In this work, RRAM devices with different switching layers (HfO_x and TaO_x) were fabricated using a standard CMOS process technology (65 nm) for benchmark comparison of their potential for analog performance and utility in neural network training and accelerator approaches. Analog switching experiments with pulse length as short as 300 ps demonstrated the ability to achieve 35 analog states with TaO_x versus 29 states with HfO_x, with TaO_x having lower off-state conductance, which is amenable to low power operation. We report the impact of pulse amplitudes on symmetry point convergence was systematically studied for the first time. Finally, we adopted an analog fully in-memory training algorithm (TTv2) for system-level benchmarking of neural network training and accuracy, and report on the baseline RRAM device switching data, fitting, and hyperparameter optimization to yield up to 96.4% accuracy versus a floating point peak accuracy of 97%.

Results

Fabricated RRAM device stack

We developed a monolithic integration scheme for embedded RRAM in a 65 nm CMOS process technology based on a 300mm wafer-scale fabrication platform²⁶. The RRAM devices were integrated above high voltage I/O FETs (V_DD = 3.3 V) enabling excellent current control with significantly reduced parasitic capacitance and excellent current compliance control compared to off-chip solutions²⁷. RRAM devices were integrated between metal 1 (M1) and metal 2 (M2) interconnect layers in the back end of the line on top of a custom TiN bottom electrode layer (V0). A custom dual-damascene approach (within back end of the line (BEOL) compatible thermal budget of 430 °C) was developed for the via 1 (V1) and M2 enabling the simultaneous connection of V1 to the top of the RRAM and M1. Both HfO_x and TaO_x devices have the same electrode size and are fabricated using the same mask set. The lateral dimension of the devices is defined by the bottom electrode (with target dimensions of 120 nm x 120 nm). RRAM devices consist of four layers, starting with the separately structured TiN V0 bottom electrode (Fig. 1e). The metal oxide switching layer, HfO_x (6.3 nm) or TaO_x (7 nm), was followed by either Ti (6 nm) or Ta (12 nm) oxygen scavenger layer, respectively, and with a TiN (40 nm) top and TiN bottom (20 nm) electrode. The oxygen scavenging layer creates an oxygen vacancy gradient and increases the ion mobility within the switching layer²⁸. Both HfOx and TaOx device stacks were optimized to achieve forming voltage compatible with the high voltage IO transistor (3.3 V) offered by 65 nm technology node (Supplementary Material). Figure 3 shows a high-resolution STEM image from an aberration-corrected Titan S/TEM including energy-dispersive X-ray (EDX) spectroscopy imaging of the HfO_x and TaO_x-based RRAM devices.

Figure 3

(a) Brightfield TEM image of CMOS-integrated RRAM cell in 1-transistor 1-RRAM (1T1R) configuration. Zoomed-in brightfield images of the TaO_x (b) and HfO_x (d) based RRAM devices shown on the left. Energy-dispersive X-ray spectroscopy (EDS) images showing the elements Ti, Ta, Hf, O, and N for the TaO_x (c) and HfO_x (e) devices shown on the right.

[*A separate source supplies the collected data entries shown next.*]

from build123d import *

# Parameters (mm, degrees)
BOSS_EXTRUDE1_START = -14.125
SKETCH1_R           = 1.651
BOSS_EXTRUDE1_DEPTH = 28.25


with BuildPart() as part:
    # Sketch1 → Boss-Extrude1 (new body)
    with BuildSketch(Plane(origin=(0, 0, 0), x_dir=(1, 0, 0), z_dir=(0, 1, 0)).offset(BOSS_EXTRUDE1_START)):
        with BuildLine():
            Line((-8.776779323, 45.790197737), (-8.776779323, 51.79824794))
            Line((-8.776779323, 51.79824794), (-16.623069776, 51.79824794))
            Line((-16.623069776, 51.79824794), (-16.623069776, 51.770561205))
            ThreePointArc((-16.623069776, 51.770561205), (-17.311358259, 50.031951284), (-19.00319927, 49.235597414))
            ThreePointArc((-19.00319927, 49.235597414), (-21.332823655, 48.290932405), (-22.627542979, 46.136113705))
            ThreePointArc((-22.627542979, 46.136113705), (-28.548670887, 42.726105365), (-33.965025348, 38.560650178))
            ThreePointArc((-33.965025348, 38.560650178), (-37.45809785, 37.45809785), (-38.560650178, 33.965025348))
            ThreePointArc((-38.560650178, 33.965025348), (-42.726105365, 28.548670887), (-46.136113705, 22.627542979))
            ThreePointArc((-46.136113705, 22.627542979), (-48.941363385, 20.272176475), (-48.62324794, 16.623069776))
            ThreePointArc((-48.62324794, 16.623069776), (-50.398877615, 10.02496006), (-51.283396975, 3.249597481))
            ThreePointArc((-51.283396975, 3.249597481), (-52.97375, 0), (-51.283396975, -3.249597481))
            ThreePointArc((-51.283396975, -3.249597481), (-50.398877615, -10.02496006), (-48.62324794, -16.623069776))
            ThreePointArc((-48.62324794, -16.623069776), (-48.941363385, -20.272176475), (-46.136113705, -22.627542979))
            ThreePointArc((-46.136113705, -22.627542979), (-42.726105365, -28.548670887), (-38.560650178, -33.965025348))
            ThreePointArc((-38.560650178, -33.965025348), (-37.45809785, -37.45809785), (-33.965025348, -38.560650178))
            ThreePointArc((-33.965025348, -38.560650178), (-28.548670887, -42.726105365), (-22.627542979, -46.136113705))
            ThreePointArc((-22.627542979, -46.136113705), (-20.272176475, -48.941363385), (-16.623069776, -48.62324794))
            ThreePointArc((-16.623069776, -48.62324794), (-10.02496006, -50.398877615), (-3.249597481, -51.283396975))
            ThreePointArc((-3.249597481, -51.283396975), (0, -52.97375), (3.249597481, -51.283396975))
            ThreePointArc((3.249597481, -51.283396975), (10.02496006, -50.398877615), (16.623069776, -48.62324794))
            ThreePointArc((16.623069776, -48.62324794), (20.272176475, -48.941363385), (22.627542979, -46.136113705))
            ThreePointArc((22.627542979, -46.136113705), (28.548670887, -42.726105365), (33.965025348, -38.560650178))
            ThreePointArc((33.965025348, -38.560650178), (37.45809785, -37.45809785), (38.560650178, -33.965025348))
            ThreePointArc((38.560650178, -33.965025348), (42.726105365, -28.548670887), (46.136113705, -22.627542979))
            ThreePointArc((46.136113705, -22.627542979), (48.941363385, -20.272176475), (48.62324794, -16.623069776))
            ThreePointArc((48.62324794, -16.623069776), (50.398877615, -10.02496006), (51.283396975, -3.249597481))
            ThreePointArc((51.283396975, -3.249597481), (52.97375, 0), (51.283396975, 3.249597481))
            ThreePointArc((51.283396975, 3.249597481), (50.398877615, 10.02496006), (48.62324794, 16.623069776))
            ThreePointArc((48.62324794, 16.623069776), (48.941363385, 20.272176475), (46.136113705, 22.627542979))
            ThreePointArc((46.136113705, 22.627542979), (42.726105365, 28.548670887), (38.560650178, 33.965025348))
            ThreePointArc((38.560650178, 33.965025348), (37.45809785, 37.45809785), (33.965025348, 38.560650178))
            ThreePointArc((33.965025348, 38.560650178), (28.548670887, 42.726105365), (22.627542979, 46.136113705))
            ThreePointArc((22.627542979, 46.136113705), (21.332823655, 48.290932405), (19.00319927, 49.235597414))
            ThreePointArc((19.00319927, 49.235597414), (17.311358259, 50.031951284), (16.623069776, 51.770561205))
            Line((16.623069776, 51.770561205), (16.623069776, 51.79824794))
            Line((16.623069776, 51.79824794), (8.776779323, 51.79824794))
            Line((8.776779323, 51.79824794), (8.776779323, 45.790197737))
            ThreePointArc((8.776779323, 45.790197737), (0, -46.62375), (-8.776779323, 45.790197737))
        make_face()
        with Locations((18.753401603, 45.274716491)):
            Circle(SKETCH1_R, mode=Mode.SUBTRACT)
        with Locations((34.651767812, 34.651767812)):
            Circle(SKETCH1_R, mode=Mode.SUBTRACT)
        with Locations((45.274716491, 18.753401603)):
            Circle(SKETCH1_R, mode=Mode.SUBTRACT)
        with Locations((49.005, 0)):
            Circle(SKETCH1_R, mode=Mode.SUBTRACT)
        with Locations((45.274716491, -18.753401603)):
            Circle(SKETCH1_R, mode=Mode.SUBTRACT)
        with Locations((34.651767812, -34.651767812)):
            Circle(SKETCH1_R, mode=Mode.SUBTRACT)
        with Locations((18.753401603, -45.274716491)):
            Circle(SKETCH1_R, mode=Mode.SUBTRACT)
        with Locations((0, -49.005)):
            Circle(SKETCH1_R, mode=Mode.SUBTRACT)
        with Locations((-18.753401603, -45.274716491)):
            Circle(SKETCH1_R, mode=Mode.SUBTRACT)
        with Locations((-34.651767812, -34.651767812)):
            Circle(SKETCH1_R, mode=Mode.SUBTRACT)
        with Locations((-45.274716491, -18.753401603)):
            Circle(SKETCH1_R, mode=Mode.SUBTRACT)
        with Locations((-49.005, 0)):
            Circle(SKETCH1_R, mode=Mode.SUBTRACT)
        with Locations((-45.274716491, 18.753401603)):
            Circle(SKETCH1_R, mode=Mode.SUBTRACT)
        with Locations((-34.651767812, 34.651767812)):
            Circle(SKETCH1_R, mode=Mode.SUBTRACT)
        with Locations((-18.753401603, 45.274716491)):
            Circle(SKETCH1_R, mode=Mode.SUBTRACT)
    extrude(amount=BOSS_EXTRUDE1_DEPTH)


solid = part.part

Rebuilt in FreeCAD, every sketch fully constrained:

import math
import FreeCAD as App
import Part
import Sketcher

V = App.Vector
Q = App.Units.Quantity

doc = App.newDocument("Part")
body = doc.addObject("PartDesign::Body", "Body")

# Sketch on XZ plane
sketch1 = body.newObject("Sketcher::SketchObject", "Sketch")
sketch1.AttachmentSupport = (doc.getObject("XZ_Plane"), [""])
sketch1.MapMode = "FlatFace"
sketch1.AttachmentOffset = App.Placement(V(0, 0, 14.125), App.Rotation())
sketch1.addGeometry(Part.LineSegment(V(-8.777, -45.79, 0), V(-8.777, -51.798, 0)), False)
sketch1.addGeometry(Part.LineSegment(V(-8.777, -51.798, 0), V(-16.623, -51.798, 0)), False)
sketch1.addGeometry(Part.LineSegment(V(-16.623, -51.798, 0), V(-16.623, -51.771, 0)), False)
sketch1.addGeometry(Part.ArcOfCircle(Part.Circle(V(-19.163, -51.771, 0), V(0, 0, 1), 2.54), math.radians(0), math.radians(86)), False)
sketch1.addGeometry(Part.ArcOfCircle(Part.Circle(V(-18.753, -45.275, 0), V(0, 0, 1), 3.969), math.radians(-167), math.radians(-94)), False)
sketch1.addGeometry(Part.ArcOfCircle(Part.Circle(V(0, 0, 0), V(0, 0, 1), 51.386), math.radians(-131.37), math.radians(-116.13)), False)
sketch1.addGeometry(Part.ArcOfCircle(Part.Circle(V(-34.652, -34.652, 0), V(0, 0, 1), 3.969), math.radians(170), math.radians(280)), False)
sketch1.addGeometry(Part.ArcOfCircle(Part.Circle(V(0, 0, 0), V(0, 0, 1), 51.386), math.radians(-153.87), math.radians(-138.63)), False)
sketch1.addGeometry(Part.ArcOfCircle(Part.Circle(V(-45.275, -18.753, 0), V(0, 0, 1), 3.969), math.radians(148), math.radians(257)), False)
sketch1.addGeometry(Part.ArcOfCircle(Part.Circle(V(0, 0, 0), V(0, 0, 1), 51.386), math.radians(-176.37), math.radians(-161.13)), False)
sketch1.addGeometry(Part.ArcOfCircle(Part.Circle(V(-49.005, 0, 0), V(0, 0, 1), 3.969), math.radians(125), math.radians(235)), False)
sketch1.addGeometry(Part.ArcOfCircle(Part.Circle(V(0, 0, 0), V(0, 0, 1), 51.386), math.radians(161.13), math.radians(176.37)), False)
sketch1.addGeometry(Part.ArcOfCircle(Part.Circle(V(-45.275, 18.753, 0), V(0, 0, 1), 3.969), math.radians(103), math.radians(212)), False)
sketch1.addGeometry(Part.ArcOfCircle(Part.Circle(V(0, 0, 0), V(0, 0, 1), 51.386), math.radians(138.63), math.radians(153.87)), False)
sketch1.addGeometry(Part.ArcOfCircle(Part.Circle(V(-34.652, 34.652, 0), V(0, 0, 1), 3.969), math.radians(80), math.radians(190)), False)
sketch1.addGeometry(Part.ArcOfCircle(Part.Circle(V(0, 0, 0), V(0, 0, 1), 51.386), math.radians(116.13), math.radians(131.37)), False)
sketch1.addGeometry(Part.ArcOfCircle(Part.Circle(V(-18.753, 45.275, 0), V(0, 0, 1), 3.969), math.radians(58), math.radians(167)), False)
sketch1.addGeometry(Part.ArcOfCircle(Part.Circle(V(0, 0, 0), V(0, 0, 1), 51.386), math.radians(93.63), math.radians(108.87)), False)
sketch1.addGeometry(Part.ArcOfCircle(Part.Circle(V(0, 49.005, 0), V(0, 0, 1), 3.969), math.radians(35), math.radians(145)), False)
sketch1.addGeometry(Part.ArcOfCircle(Part.Circle(V(0, 0, 0), V(0, 0, 1), 51.386), math.radians(71.13), math.radians(86.37)), False)
sketch1.addGeometry(Part.ArcOfCircle(Part.Circle(V(18.753, 45.275, 0), V(0, 0, 1), 3.969), math.radians(13), math.radians(122)), False)
sketch1.addGeometry(Part.ArcOfCircle(Part.Circle(V(0, 0, 0), V(0, 0, 1), 51.386), math.radians(48.63), math.radians(63.87)), False)
sketch1.addGeometry(Part.ArcOfCircle(Part.Circle(V(34.652, 34.652, 0), V(0, 0, 1), 3.969), math.radians(-10), math.radians(100)), False)
sketch1.addGeometry(Part.ArcOfCircle(Part.Circle(V(0, 0, 0), V(0, 0, 1), 51.386), math.radians(26.13), math.radians(41.37)), False)
sketch1.addGeometry(Part.ArcOfCircle(Part.Circle(V(45.275, 18.753, 0), V(0, 0, 1), 3.969), math.radians(-32), math.radians(77)), False)
sketch1.addGeometry(Part.ArcOfCircle(Part.Circle(V(0, 0, 0), V(0, 0, 1), 51.386), math.radians(3.63), math.radians(18.87)), False)
sketch1.addGeometry(Part.ArcOfCircle(Part.Circle(V(49.005, 0, 0), V(0, 0, 1), 3.969), math.radians(-55), math.radians(55)), False)
sketch1.addGeometry(Part.ArcOfCircle(Part.Circle(V(0, 0, 0), V(0, 0, 1), 51.386), math.radians(-18.87), math.radians(-3.63)), False)
sketch1.addGeometry(Part.ArcOfCircle(Part.Circle(V(45.275, -18.753, 0), V(0, 0, 1), 3.969), math.radians(-77), math.radians(32)), False)
sketch1.addGeometry(Part.ArcOfCircle(Part.Circle(V(0, 0, 0), V(0, 0, 1), 51.386), math.radians(-41.37), math.radians(-26.13)), False)
sketch1.addGeometry(Part.ArcOfCircle(Part.Circle(V(34.652, -34.652, 0), V(0, 0, 1), 3.969), math.radians(-100), math.radians(10)), False)
sketch1.addGeometry(Part.ArcOfCircle(Part.Circle(V(0, 0, 0), V(0, 0, 1), 51.386), math.radians(-63.87), math.radians(-48.63)), False)
sketch1.addGeometry(Part.ArcOfCircle(Part.Circle(V(18.753, -45.275, 0), V(0, 0, 1), 3.969), math.radians(-86), math.radians(-13)), False)
sketch1.addGeometry(Part.ArcOfCircle(Part.Circle(V(19.163, -51.771, 0), V(0, 0, 1), 2.54), math.radians(94), math.radians(180)), False)
sketch1.addGeometry(Part.LineSegment(V(16.623, -51.771, 0), V(16.623, -51.798, 0)), False)
sketch1.addGeometry(Part.LineSegment(V(16.623, -51.798, 0), V(8.777, -51.798, 0)), False)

Analog switching for fully in-memory training

The RRAM devices in this work store data in resistive states via anion movement within a conductive filament (Fig. 2). The filament is formed via a controlled dielectric breakdown creating an accumulation of oxygen vacancies within the metal oxide switching layer that is bounded between the top and bottom electrode. A change in oxygen vacancy concentration allows for the modulation of the conductance and enables an analog control. An initial electroforming event is executed via a positive voltage pulse to the top electrode and subsequent negative and positive voltage pulses will reset and set the device. The reset and set process refers to the decrease and increase in conductance and corresponds to the decrease and increase in the oxygen vacancy concentration of the filament, respectively. Two methods are deployed to modulate the electrical stimulus are a pulse width and amplitude change of the applied voltage (Fig. 2). For example, typically application of large pulse width signals (1–100 µs) causes an abrupt change in conductance within a single pulse, resulting in only two states or binary/digital data storage; however, consecutive pulses (e.g. 200 pulses) with shorter pulse widths (typically less than 100 ns) result in a gradual change in the conductance. These conductance/weight updates can then be leveraged to emulate a synaptic behavior for on-chip learning. Gradual increase of the device conductance, called potentiation, can be consecutive positive voltage pulses across the devices. Alternatively, consecutive negative voltage pulses decrease the device’s conductance, also known as depression. By applying many alternating positive and negative pulses in sequence, the resulting RRAM conductance can converge to a symmetry point (as defined above). Analog switching behavior, inclusive of potentiation, depression and symmetry point, is dependent on applied pulse width. Figure 4a shows that with longer pulse width (1.1 ns) the symmetry point fails to converge. Both pulse width conditions were performed on a device formed with 200 µA peak compliance current and pulse amplitudes of +1.0 V, − 1.2 V applied while allowing maximum 500 µA during switching.

Figure 4

(a) Pulse width experiments show the device can switch with ultra-fast 300 ps pulse width while achieving symmetry point convergence. (b) Different forming compliance currents for both HfO_x and TaO_x RRAM devices and the resultant number of states. When formed at lower compliance current for both HfO_x and TaO_x devices the number of states increases. (c) The approach for adjusting the compliance current during initial electroforming and subsequent set and reset voltage ranges explored for both HfO_x and TaO_x devices. (d) Symmetry point shift with pulse condition. For both HfO_x and TaO_x devices it shows lower negative pulse amplitude can lead to symmetry point shift up whereas high negative voltage can result in symmetry point shift down. (e) Analog switching conditions with a high number of states and low off-conductance. Inset shows using a semi-log plot that TaO_x device conductance is ∼10× lower. (f) No. of states VS off conductance showing, both HfOX and TaO_x devices show 15 states but only TaO_x devices can achieve over 10 µS conductance.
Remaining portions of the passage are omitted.